The common chassis will share the same hybrid engines, suspension systems and lightweight band track. The Army hopes using one chassis instead of eight will reduce the cost of the program, the logistical burden on the battlefield and make maintenance easier.
Rogers said, “the weight challenge is always at the forefront of everything FCS is doing.”

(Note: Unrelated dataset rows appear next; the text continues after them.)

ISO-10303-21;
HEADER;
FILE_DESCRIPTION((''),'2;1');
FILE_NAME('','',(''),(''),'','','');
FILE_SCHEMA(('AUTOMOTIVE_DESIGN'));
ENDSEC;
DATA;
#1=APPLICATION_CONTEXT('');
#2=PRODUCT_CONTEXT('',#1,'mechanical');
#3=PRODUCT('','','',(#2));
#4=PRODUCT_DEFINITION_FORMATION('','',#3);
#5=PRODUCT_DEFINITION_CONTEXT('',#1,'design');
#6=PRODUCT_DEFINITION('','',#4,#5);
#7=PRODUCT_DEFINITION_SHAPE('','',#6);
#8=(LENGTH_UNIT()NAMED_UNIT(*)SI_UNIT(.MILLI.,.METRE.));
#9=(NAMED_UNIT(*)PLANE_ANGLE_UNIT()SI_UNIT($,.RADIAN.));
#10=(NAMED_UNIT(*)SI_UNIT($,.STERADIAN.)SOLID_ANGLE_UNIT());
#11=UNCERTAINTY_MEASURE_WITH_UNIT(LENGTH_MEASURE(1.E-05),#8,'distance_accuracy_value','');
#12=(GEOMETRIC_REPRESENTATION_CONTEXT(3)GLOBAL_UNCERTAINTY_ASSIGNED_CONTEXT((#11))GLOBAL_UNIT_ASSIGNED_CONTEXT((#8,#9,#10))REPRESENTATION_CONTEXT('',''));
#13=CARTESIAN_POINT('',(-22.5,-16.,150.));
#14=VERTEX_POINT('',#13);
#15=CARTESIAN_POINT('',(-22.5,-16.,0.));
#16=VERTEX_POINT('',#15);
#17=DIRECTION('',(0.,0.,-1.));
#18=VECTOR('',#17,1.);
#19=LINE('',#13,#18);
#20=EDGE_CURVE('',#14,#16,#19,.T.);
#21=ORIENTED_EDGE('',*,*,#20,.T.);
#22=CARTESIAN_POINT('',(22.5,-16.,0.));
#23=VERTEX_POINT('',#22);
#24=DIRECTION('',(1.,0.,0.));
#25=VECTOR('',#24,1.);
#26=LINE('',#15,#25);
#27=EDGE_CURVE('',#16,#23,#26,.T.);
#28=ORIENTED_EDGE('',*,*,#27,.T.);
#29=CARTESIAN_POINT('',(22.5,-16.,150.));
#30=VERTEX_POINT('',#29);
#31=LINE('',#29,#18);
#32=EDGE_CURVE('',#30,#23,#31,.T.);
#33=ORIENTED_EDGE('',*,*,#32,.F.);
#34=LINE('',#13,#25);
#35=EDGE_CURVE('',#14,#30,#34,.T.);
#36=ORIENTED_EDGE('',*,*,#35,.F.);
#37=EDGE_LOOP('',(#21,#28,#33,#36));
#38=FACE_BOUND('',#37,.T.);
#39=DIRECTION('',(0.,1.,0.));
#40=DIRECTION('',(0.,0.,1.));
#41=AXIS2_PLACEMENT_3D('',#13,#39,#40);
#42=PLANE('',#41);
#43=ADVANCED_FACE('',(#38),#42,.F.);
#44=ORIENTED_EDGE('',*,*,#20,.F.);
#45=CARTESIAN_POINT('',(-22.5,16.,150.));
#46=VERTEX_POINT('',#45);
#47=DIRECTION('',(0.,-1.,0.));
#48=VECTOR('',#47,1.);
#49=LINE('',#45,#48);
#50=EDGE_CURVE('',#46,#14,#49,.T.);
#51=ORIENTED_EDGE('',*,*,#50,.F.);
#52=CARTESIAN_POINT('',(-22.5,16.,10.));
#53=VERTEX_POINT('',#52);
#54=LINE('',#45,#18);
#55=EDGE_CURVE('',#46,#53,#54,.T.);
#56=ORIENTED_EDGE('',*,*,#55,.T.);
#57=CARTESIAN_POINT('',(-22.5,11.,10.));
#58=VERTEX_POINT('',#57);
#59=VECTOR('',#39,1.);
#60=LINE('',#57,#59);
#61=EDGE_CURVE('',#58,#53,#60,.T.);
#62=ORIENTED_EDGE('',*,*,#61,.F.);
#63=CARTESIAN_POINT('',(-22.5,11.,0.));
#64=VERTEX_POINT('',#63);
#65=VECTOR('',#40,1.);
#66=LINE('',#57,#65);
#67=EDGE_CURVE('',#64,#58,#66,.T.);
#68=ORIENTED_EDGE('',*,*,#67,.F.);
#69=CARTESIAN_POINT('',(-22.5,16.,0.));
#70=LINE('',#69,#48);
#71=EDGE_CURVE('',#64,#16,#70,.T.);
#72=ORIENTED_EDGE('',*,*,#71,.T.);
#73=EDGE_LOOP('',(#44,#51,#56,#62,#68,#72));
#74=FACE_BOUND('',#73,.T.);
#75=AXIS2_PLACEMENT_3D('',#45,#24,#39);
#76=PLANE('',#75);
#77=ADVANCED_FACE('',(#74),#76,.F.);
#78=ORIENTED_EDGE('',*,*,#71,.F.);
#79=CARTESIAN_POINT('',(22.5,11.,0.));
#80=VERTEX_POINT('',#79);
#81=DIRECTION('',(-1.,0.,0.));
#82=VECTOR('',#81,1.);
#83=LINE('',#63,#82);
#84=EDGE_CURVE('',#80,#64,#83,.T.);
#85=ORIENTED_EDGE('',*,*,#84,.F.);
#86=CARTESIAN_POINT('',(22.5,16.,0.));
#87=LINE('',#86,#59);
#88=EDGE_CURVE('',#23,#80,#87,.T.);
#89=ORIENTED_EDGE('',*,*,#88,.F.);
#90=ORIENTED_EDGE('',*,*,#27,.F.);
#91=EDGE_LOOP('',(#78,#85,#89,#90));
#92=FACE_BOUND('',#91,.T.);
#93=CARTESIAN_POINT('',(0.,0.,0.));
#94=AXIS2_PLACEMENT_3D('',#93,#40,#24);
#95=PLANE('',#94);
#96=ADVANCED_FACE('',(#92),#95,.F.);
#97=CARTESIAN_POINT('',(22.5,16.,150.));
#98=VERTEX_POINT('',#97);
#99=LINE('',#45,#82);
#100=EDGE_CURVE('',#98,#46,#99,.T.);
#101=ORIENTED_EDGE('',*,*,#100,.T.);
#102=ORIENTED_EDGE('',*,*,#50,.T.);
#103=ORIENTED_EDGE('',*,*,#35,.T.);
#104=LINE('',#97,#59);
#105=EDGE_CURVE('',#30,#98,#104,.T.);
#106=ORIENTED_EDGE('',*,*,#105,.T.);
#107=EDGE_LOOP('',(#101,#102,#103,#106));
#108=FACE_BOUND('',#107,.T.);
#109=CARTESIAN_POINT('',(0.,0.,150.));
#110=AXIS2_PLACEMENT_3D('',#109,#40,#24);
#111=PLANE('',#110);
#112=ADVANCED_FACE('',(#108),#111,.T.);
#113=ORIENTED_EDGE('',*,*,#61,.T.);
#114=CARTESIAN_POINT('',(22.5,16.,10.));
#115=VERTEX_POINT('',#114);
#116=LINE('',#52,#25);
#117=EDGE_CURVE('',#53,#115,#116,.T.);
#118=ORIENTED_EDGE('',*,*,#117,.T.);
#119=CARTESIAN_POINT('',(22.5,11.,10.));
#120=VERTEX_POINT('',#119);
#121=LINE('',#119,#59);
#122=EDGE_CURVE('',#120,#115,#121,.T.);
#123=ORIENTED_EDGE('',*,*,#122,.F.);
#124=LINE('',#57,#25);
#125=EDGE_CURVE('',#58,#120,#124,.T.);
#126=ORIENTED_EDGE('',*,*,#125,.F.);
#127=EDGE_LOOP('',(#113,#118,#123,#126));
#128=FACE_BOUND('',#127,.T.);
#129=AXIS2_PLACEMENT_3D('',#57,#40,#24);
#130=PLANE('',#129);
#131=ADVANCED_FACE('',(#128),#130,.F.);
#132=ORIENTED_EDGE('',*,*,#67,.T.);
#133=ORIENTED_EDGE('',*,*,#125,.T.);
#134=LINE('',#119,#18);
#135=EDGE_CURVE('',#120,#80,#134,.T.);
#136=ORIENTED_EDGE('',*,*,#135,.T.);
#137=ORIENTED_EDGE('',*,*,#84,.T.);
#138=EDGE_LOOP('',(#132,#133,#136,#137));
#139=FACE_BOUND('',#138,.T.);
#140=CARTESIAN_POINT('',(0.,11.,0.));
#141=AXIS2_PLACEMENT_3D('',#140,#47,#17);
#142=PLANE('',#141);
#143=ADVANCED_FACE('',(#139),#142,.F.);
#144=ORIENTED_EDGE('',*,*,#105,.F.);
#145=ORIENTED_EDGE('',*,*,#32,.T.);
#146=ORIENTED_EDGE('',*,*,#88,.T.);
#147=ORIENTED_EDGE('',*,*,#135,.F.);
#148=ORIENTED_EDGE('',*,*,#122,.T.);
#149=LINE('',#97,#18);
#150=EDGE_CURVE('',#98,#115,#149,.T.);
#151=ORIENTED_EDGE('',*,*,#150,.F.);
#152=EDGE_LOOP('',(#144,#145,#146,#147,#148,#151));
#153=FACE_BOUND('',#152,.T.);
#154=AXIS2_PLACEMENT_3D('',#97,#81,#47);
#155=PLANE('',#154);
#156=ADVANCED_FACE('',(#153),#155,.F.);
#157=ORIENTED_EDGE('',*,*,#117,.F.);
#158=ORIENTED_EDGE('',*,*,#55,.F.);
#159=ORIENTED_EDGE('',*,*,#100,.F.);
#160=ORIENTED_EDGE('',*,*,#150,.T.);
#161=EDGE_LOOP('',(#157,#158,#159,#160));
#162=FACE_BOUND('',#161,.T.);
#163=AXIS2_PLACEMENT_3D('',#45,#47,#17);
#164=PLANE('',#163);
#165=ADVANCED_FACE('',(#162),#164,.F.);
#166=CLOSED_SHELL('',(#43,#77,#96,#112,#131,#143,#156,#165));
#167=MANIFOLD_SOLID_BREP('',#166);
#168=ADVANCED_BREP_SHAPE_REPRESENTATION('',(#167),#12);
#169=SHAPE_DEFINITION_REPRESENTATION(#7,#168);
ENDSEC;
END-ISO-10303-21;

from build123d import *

# Parameters (mm, degrees)
SKETCH1_W           = 45
SKETCH1_H           = 32
BOSS_EXTRUDE1_DEPTH = 150
SKETCH2_W           = 45
SKETCH2_H           = 10
CUT_EXTRUDE1_DEPTH  = 5


with BuildPart() as part:
    # Sketch1 → Boss-Extrude1 (new body)
    with BuildSketch(Plane.XY):
        Rectangle(SKETCH1_W, SKETCH1_H)
    extrude(amount=BOSS_EXTRUDE1_DEPTH)

    # Sketch2 → Cut-Extrude1 (cut)
    with BuildSketch(Plane(origin=(0, 16, 0), x_dir=(1, 0, 0), z_dir=(0, 1, 0))):
        with Locations((0, -5)):
            Rectangle(SKETCH2_W, SKETCH2_H)
    extrude(amount=-CUT_EXTRUDE1_DEPTH, mode=Mode.SUBTRACT)


solid = part.part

Army laboratories are investigating materials that are going to “provide significant breakthrough in our armor weight challenge,” he said.
GAO reported that the Army Research Laboratory is anticipating a technology readiness level rating of “six” on its new armor formulation by 2008. Six on the technology maturity scale allows for tests of a prototype in a laboratory or simulated operational environment.
Meanwhile, weight continues to be a problem throughout the FCS program, GAO contended. About 950 weight reduction initiatives are being considered just for the manned ground vehicles, GAO said.
As far as protecting the crew, anti-tank mines remain a threat, GAO added.
“The Army recognizes that there is a probability, given the weight constraints on FCS platforms and evolving blast mitigation technology, that the FCS hull and crew restraints will not protect the crew from life threatening injury due to anti-tank blast mines equal to (or greater than) the threshold requirement,” the report said.
Meanwhile, “all of the unmanned and manned ground vehicles and several other FCS systems are expected to have difficulty meeting their assigned weight targets,” GAO said.